WHAT IS NEEDED: Each line from the beginning of the data below through the line containing "#386=EDGE_LOOP('',(#385));" should be repeated exactly, please.

Dataset entries
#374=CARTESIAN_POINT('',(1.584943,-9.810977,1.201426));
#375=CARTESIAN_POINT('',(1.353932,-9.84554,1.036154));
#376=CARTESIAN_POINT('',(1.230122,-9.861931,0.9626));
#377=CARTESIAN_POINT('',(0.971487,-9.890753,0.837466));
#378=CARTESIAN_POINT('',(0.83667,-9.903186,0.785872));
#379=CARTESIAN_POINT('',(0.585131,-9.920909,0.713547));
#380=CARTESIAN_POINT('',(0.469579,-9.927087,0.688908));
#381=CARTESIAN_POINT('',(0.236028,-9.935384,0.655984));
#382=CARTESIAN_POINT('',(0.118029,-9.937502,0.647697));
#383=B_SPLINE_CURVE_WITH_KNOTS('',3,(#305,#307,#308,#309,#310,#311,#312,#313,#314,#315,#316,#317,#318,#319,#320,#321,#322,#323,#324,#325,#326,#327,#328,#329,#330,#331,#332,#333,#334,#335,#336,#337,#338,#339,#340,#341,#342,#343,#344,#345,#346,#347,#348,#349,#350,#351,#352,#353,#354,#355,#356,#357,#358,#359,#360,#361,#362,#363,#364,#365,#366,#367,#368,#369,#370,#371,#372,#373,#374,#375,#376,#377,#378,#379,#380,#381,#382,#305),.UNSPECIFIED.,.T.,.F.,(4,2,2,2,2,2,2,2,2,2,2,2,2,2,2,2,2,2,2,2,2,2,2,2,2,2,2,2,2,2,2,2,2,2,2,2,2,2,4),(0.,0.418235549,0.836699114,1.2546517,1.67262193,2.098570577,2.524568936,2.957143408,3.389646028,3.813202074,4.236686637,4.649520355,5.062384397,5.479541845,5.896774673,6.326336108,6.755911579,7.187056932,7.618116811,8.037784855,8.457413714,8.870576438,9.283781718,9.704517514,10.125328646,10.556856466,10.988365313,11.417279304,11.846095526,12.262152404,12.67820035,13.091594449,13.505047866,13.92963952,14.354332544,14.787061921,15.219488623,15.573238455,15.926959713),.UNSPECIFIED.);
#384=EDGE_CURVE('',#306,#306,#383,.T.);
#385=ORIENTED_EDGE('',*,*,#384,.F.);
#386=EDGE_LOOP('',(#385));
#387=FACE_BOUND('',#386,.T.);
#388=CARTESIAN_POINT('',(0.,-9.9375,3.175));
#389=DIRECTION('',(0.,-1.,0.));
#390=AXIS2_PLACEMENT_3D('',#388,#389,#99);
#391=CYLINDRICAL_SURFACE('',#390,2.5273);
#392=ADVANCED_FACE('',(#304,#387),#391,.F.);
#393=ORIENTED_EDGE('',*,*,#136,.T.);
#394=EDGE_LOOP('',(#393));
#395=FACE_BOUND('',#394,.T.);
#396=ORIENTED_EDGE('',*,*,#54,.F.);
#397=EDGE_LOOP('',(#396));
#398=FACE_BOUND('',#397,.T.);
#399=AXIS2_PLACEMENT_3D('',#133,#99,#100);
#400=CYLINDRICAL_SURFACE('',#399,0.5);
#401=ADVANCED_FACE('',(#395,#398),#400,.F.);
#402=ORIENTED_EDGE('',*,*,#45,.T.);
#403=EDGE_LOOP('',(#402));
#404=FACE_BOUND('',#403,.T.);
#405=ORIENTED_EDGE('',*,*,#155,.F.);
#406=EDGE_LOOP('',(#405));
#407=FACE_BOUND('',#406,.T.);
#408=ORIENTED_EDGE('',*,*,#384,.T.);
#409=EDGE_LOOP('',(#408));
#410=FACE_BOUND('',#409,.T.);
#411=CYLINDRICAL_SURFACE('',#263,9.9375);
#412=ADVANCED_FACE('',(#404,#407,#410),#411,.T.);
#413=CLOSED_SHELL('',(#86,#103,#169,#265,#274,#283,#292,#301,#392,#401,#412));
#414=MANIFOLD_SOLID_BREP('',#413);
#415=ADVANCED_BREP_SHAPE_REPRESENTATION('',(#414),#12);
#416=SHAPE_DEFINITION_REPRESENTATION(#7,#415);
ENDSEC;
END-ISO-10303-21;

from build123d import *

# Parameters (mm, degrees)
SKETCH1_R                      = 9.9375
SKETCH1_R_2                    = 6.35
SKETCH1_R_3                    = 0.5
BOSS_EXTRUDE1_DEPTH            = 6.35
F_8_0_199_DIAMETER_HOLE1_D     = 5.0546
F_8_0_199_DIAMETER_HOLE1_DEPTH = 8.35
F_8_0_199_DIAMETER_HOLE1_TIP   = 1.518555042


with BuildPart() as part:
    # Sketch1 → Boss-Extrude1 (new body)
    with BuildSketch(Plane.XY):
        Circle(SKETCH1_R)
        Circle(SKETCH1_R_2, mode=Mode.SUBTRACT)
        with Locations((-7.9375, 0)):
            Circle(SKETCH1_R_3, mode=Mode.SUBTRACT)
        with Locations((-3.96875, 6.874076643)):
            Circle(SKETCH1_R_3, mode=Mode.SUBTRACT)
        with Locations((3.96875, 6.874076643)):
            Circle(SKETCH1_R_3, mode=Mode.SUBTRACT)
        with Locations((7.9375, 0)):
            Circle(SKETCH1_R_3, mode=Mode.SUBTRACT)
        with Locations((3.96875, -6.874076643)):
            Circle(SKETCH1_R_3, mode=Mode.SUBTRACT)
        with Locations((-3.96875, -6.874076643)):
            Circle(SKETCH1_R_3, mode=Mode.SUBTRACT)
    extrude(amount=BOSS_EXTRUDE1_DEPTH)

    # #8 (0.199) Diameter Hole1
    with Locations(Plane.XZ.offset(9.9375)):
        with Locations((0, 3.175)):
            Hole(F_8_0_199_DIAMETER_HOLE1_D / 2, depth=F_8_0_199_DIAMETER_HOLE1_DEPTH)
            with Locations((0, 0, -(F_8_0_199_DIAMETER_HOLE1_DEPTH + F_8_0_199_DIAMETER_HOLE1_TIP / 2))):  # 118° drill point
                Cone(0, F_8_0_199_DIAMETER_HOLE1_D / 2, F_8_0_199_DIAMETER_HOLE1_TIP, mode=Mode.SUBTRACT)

TASK OUTPUT:
#374=CARTESIAN_POINT('',(1.584943,-9.810977,1.201426));
#375=CARTESIAN_POINT('',(1.353932,-9.84554,1.036154));
#376=CARTESIAN_POINT('',(1.230122,-9.861931,0.9626));
#377=CARTESIAN_POINT('',(0.971487,-9.890753,0.837466));
#378=CARTESIAN_POINT('',(0.83667,-9.903186,0.785872));
#379=CARTESIAN_POINT('',(0.585131,-9.920909,0.713547));
#380=CARTESIAN_POINT('',(0.469579,-9.927087,0.688908));
#381=CARTESIAN_POINT('',(0.236028,-9.935384,0.655984));
#382=CARTESIAN_POINT('',(0.118029,-9.937502,0.647697));
#383=B_SPLINE_CURVE_WITH_KNOTS('',3,(#305,#307,#308,#309,#310,#311,#312,#313,#314,#315,#316,#317,#318,#319,#320,#321,#322,#323,#324,#325,#326,#327,#328,#329,#330,#331,#332,#333,#334,#335,#336,#337,#338,#339,#340,#341,#342,#343,#344,#345,#346,#347,#348,#349,#350,#351,#352,#353,#354,#355,#356,#357,#358,#359,#360,#361,#362,#363,#364,#365,#366,#367,#368,#369,#370,#371,#372,#373,#374,#375,#376,#377,#378,#379,#380,#381,#382,#305),.UNSPECIFIED.,.T.,.F.,(4,2,2,2,2,2,2,2,2,2,2,2,2,2,2,2,2,2,2,2,2,2,2,2,2,2,2,2,2,2,2,2,2,2,2,2,2,2,4),(0.,0.418235549,0.836699114,1.2546517,1.67262193,2.098570577,2.524568936,2.957143408,3.389646028,3.813202074,4.236686637,4.649520355,5.062384397,5.479541845,5.896774673,6.326336108,6.755911579,7.187056932,7.618116811,8.037784855,8.457413714,8.870576438,9.283781718,9.704517514,10.125328646,10.556856466,10.988365313,11.417279304,11.846095526,12.262152404,12.67820035,13.091594449,13.505047866,13.92963952,14.354332544,14.787061921,15.219488623,15.573238455,15.926959713),.UNSPECIFIED.);
#384=EDGE_CURVE('',#306,#306,#383,.T.);
#385=ORIENTED_EDGE('',*,*,#384,.F.);
#386=EDGE_LOOP('',(#385));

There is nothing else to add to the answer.